Nuove possibilità per settori come la medicina e il monitoraggio ambientale grazie al nuovo micro-robot sviluppato dall’Università di Tampere (Finlandia) e dall’ateneo Anhui Jianzhu (Cina). Azionato dalla luce e in grado di muoversi autonomamente in liquidi viscosi (tipo il miele), questo robot è a tutti gli effetti una scoperta rivoluzionaria nel campo della robotica morbida.
Un micro-robot ispirato alla natura
Nel mondo microscopico, molti organismi hanno sviluppato tecniche ingegnose per spostarsi attraverso ambienti viscosi. L’Escherichia coli, ad esempio, utilizza un movimento “a cavatappi” per nuotare, mentre le ciglia e i flagelli si muovono in onde coordinate o con movimenti simili a frustate. Tuttavia, navigare a queste dimensioni è estremamente complesso a causa delle forze viscose predominanti, che rendono il nuoto simile a muoversi attraverso (appunto) il miele.
Ispirati da questi meccanismi naturali, i ricercatori si sono concentrati su un materiale innovativo chiamato elastomero cristallino liquido. Questo materiale reagisce a stimoli luminosi come i laser, generando movimenti autonomi grazie a una particolare modalità chiamata “energia elastica zero” (zero elastic energy mode, ZEEM). La capacità del materiale di ruotare autonomamente sotto l’influsso di un fascio di luce ha permesso la creazione del primo robot toroidale capace di muoversi autonomamente in liquidi viscosi.

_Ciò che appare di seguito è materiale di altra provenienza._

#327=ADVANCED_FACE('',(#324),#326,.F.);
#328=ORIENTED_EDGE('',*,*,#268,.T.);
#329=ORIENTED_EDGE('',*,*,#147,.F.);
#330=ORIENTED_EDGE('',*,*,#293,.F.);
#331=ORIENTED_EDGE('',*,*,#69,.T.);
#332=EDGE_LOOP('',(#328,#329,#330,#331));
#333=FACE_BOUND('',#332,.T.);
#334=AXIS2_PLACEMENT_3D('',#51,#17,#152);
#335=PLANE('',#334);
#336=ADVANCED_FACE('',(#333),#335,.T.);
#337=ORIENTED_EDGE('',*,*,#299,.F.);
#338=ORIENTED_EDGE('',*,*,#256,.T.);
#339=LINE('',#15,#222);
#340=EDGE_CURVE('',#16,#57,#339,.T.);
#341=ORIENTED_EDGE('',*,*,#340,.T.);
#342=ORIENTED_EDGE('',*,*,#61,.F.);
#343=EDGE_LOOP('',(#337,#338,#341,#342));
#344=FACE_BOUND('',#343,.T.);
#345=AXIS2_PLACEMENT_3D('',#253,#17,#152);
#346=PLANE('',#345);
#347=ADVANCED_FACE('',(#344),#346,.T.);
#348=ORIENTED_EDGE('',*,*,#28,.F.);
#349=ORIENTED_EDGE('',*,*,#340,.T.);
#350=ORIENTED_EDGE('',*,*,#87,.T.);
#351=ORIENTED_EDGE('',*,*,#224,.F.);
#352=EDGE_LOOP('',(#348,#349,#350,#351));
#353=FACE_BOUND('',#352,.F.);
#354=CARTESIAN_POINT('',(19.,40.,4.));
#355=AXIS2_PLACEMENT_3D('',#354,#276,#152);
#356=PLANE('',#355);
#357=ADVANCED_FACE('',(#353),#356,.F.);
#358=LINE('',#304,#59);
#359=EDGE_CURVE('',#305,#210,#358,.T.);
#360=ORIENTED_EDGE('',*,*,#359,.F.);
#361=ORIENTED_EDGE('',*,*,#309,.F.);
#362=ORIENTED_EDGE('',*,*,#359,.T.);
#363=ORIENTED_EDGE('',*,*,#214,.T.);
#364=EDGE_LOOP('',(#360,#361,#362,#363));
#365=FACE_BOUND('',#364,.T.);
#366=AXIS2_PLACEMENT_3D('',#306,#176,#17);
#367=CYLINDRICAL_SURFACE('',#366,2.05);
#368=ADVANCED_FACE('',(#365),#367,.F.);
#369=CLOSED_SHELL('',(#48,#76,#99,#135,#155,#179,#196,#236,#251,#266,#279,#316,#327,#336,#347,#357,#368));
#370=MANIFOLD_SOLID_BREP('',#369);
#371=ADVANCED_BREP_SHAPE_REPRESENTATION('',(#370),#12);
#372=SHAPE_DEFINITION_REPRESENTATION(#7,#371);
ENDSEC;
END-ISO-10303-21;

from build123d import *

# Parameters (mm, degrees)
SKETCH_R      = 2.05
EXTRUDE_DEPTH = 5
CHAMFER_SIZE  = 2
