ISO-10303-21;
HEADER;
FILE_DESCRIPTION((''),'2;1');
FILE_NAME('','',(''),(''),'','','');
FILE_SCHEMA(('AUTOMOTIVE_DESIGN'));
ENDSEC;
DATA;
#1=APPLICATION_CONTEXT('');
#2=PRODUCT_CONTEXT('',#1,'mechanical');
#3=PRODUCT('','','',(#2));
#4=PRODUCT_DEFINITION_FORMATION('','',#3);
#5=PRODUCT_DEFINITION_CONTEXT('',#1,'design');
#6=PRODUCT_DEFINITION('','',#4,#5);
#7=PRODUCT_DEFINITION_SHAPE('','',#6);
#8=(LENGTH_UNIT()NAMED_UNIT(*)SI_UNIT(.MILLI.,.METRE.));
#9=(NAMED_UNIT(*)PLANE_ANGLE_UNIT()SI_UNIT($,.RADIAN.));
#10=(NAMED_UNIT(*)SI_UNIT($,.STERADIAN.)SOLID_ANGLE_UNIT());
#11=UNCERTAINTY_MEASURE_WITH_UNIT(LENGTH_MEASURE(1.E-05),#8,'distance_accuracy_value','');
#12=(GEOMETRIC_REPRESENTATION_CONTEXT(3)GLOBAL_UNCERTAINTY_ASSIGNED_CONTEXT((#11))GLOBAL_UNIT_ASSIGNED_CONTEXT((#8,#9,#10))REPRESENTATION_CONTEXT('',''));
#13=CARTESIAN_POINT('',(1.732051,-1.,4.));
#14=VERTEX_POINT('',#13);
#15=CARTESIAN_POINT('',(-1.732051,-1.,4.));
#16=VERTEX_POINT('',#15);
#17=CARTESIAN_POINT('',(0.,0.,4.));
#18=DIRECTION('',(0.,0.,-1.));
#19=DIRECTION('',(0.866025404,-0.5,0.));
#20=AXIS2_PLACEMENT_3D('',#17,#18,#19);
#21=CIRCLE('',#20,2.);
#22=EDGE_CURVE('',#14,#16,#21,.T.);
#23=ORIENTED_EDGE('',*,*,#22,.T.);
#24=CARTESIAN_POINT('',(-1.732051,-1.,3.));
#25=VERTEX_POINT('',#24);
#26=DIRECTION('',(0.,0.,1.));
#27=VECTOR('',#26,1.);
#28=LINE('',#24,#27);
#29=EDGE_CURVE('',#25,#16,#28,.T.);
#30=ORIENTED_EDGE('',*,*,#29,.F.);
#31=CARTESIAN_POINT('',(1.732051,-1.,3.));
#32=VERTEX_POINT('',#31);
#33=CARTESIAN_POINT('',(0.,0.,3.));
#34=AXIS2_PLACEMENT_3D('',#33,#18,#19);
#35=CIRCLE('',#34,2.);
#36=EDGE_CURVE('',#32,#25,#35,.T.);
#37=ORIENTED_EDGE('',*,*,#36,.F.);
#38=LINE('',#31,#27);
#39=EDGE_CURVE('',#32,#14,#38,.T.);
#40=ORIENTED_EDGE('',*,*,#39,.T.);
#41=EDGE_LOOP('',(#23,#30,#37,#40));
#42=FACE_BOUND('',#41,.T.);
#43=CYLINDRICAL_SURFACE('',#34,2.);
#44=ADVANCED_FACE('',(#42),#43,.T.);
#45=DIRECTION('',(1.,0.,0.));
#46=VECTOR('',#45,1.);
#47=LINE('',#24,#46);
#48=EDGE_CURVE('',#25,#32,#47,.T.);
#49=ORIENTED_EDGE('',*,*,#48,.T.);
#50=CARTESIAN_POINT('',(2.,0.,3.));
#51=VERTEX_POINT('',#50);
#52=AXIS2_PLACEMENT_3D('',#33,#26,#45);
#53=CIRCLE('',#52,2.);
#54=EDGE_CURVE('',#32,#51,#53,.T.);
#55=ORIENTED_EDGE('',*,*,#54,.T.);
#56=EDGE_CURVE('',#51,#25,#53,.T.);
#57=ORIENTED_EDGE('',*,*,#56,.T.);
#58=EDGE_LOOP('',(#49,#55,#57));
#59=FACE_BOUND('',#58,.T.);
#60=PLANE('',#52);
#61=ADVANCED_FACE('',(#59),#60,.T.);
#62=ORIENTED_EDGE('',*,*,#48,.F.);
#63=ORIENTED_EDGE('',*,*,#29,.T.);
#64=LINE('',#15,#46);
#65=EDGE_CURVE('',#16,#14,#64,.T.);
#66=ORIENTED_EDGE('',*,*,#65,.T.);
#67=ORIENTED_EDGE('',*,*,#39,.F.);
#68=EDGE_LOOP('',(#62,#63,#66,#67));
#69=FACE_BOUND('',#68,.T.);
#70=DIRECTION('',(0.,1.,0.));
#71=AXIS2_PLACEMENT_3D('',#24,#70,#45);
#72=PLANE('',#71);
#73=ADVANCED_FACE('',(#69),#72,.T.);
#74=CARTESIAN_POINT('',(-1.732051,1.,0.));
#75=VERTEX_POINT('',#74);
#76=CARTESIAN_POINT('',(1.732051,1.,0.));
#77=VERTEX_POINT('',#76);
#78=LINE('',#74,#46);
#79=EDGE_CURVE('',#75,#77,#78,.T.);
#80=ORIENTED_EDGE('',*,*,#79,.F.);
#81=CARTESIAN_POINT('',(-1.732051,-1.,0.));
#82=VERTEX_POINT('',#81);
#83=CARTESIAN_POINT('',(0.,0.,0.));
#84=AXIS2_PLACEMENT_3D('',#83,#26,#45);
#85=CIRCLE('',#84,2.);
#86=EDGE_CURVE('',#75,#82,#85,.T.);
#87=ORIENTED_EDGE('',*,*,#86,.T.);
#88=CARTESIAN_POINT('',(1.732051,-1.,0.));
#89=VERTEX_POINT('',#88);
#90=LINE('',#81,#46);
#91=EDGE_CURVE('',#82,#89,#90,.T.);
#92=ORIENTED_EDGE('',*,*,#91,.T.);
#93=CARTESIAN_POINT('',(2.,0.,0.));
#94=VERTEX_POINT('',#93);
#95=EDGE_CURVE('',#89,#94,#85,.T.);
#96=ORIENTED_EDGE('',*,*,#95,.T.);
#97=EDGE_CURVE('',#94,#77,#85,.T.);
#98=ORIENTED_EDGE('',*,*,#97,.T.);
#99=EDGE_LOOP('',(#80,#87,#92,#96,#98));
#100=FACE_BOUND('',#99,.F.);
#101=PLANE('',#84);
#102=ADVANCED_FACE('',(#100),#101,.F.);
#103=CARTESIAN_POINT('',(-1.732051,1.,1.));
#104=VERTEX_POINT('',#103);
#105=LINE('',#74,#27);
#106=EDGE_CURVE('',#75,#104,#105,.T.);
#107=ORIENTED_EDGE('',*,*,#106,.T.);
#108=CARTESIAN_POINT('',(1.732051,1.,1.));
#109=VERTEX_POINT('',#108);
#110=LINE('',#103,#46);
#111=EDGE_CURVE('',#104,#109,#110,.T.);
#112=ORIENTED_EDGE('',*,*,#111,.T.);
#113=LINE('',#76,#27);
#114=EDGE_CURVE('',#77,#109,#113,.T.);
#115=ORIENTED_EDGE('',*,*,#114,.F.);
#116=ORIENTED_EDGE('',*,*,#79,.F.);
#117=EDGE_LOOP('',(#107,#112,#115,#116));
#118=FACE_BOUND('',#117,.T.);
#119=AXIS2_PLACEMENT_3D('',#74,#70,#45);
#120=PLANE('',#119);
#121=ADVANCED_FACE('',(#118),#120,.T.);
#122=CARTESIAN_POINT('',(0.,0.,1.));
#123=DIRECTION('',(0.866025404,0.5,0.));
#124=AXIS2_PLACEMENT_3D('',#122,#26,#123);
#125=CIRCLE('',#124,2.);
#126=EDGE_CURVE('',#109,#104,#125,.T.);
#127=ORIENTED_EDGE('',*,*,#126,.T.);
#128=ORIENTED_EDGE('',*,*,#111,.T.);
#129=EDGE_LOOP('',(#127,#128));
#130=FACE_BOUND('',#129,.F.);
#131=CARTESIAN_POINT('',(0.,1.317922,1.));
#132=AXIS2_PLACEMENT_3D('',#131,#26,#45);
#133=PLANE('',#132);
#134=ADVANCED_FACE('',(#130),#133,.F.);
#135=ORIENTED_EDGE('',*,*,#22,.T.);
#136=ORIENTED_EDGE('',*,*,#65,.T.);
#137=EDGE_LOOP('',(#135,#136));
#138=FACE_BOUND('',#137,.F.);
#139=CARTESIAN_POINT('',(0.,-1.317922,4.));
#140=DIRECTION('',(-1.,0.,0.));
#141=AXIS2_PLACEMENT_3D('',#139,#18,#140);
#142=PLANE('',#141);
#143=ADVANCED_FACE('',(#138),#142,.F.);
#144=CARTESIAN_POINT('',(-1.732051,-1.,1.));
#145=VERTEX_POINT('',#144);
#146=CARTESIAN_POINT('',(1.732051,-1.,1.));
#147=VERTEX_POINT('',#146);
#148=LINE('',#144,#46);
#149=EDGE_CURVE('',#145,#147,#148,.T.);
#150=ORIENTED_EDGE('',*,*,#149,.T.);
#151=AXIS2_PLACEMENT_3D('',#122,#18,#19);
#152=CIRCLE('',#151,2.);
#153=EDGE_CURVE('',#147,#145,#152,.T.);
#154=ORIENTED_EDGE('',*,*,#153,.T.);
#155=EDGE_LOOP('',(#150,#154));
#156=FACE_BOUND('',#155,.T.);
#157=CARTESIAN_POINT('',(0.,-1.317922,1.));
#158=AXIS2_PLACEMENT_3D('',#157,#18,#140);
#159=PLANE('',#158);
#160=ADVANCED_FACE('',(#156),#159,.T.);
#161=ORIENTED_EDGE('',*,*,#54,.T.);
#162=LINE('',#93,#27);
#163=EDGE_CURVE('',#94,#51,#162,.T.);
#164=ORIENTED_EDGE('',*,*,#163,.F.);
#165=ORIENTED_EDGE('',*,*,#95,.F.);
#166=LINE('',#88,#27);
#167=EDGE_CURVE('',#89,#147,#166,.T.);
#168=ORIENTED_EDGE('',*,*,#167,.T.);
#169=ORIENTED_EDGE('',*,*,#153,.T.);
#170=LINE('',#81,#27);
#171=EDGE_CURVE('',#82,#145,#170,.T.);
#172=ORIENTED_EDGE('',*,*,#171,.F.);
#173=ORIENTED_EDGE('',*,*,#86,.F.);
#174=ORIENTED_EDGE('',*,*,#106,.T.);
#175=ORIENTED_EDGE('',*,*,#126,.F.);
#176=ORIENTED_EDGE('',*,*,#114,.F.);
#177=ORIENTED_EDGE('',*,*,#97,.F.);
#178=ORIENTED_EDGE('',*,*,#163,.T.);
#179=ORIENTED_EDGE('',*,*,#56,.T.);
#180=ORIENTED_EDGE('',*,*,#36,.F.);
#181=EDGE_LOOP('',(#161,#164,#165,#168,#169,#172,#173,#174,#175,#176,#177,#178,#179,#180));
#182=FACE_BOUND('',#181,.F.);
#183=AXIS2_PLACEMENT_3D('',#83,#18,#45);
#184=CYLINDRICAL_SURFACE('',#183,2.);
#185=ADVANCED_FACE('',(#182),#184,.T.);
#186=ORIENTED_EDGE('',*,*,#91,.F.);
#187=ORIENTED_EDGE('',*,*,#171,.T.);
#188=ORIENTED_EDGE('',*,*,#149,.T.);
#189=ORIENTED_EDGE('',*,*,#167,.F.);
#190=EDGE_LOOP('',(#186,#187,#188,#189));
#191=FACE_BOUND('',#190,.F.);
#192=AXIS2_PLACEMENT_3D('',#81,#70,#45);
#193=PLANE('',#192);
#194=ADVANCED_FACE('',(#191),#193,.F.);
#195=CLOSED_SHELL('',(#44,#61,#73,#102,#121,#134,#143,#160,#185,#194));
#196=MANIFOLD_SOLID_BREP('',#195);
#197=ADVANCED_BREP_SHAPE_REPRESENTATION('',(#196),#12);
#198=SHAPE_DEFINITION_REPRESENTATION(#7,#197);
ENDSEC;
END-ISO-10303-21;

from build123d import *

# Parameters (mm, degrees)
SKETCH1_R           = 2
BOSS_EXTRUDE1_DEPTH = 3
BOSS_EXTRUDE2_DEPTH = 1
CUT_EXTRUDE1_DEPTH  = 1
CUT_EXTRUDE2_DEPTH  = 1


with BuildPart() as part:
    # Sketch1 → Boss-Extrude1 (new body)
    with BuildSketch(Plane.XY):
        Circle(SKETCH1_R)
    extrude(amount=BOSS_EXTRUDE1_DEPTH)

    # Sketch2 → Boss-Extrude2 (add)
    with BuildSketch(Plane.XY.offset(3)):
        with BuildLine():
            Line((-1.732050808, -1), (1.732050808, -1))
            ThreePointArc((1.732050808, -1), (0, -2), (-1.732050808, -1))
        make_face()
    extrude(amount=BOSS_EXTRUDE2_DEPTH)

    # Sketch3 → Cut-Extrude1 (cut)
    with BuildSketch(Plane(origin=(0, 0, 0), x_dir=(-1, 0, 0), z_dir=(0, 0, -1))):
        with BuildLine():
            Line((1.732050808, 1), (-1.732050808, 1))
            ThreePointArc((-1.732050808, 1), (0, 2), (1.732050808, 1))
        make_face()
    extrude(amount=-CUT_EXTRUDE1_DEPTH, mode=Mode.SUBTRACT)

    # Sketch4 → Cut-Extrude2 (cut)
    with BuildSketch(Plane(origin=(0, 0, 0), x_dir=(-1, 0, 0), z_dir=(0, 0, -1))):
        with BuildLine():
            Line((1.732050808, -1), (-1.732050808, -1))
            ThreePointArc((-1.732050808, -1), (0, -2), (1.732050808, -1))
        make_face()
    extrude(amount=-CUT_EXTRUDE2_DEPTH, mode=Mode.SUBTRACT)


solid = part.part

Forma toroidale: una scelta strategica per la robotica morbida
Il concetto di un robot con una forma toroidale non è nuovo. Già nel 1977, il fisico Edward Purcell aveva ipotizzato che una struttura “a ciambella” potesse migliorare la capacità di navigazione dei microrganismi in ambienti dominati da forze viscose, dove le forze inerziali sono trascurabili. Tuttavia, fino ad ora, nessun robot toroidale era stato realizzato con successo.
La novità di questo studio, pubblicato sulla rivista scientifica Nature Materials, risiede proprio nella semplificazione del controllo di questi robot. Utilizzando un singolo raggio di luce, i ricercatori sono riusciti a eliminare la necessità di complesse architetture per il controllo del movimento. La luce agisce come un attivatore che innesca il movimento non reciproco del robot, consentendo di determinare autonomamente i propri movimenti nello spazio tridimensionale.
Applicazioni future e potenziali sviluppi
Questo nuovo micro-robot potrebbe avere applicazioni molto promettenti in diversi settori. In medicina, potrebbe essere impiegato per trasportare farmaci attraverso il muco fisiologico o per sbloccare vasi sanguigni, una volta che il dispositivo sarà miniaturizzato ulteriormente.
Inoltre, il micro-robot è capace di adattarsi a differenti ambienti, passando da una modalità di rotolamento a una modalità di auto-propulsione, rendendolo ideale per esplorare spazi confinati come quelli dei microfluidi.
Riferisce il sito dell’Università finlandese, il prossimo passo sarà esplorare le dinamiche collettive e le interazioni tra più robot toroidali, aprendo la strada a nuove possibilità di comunicazione e coordinazione tra questi microrobot intelligenti.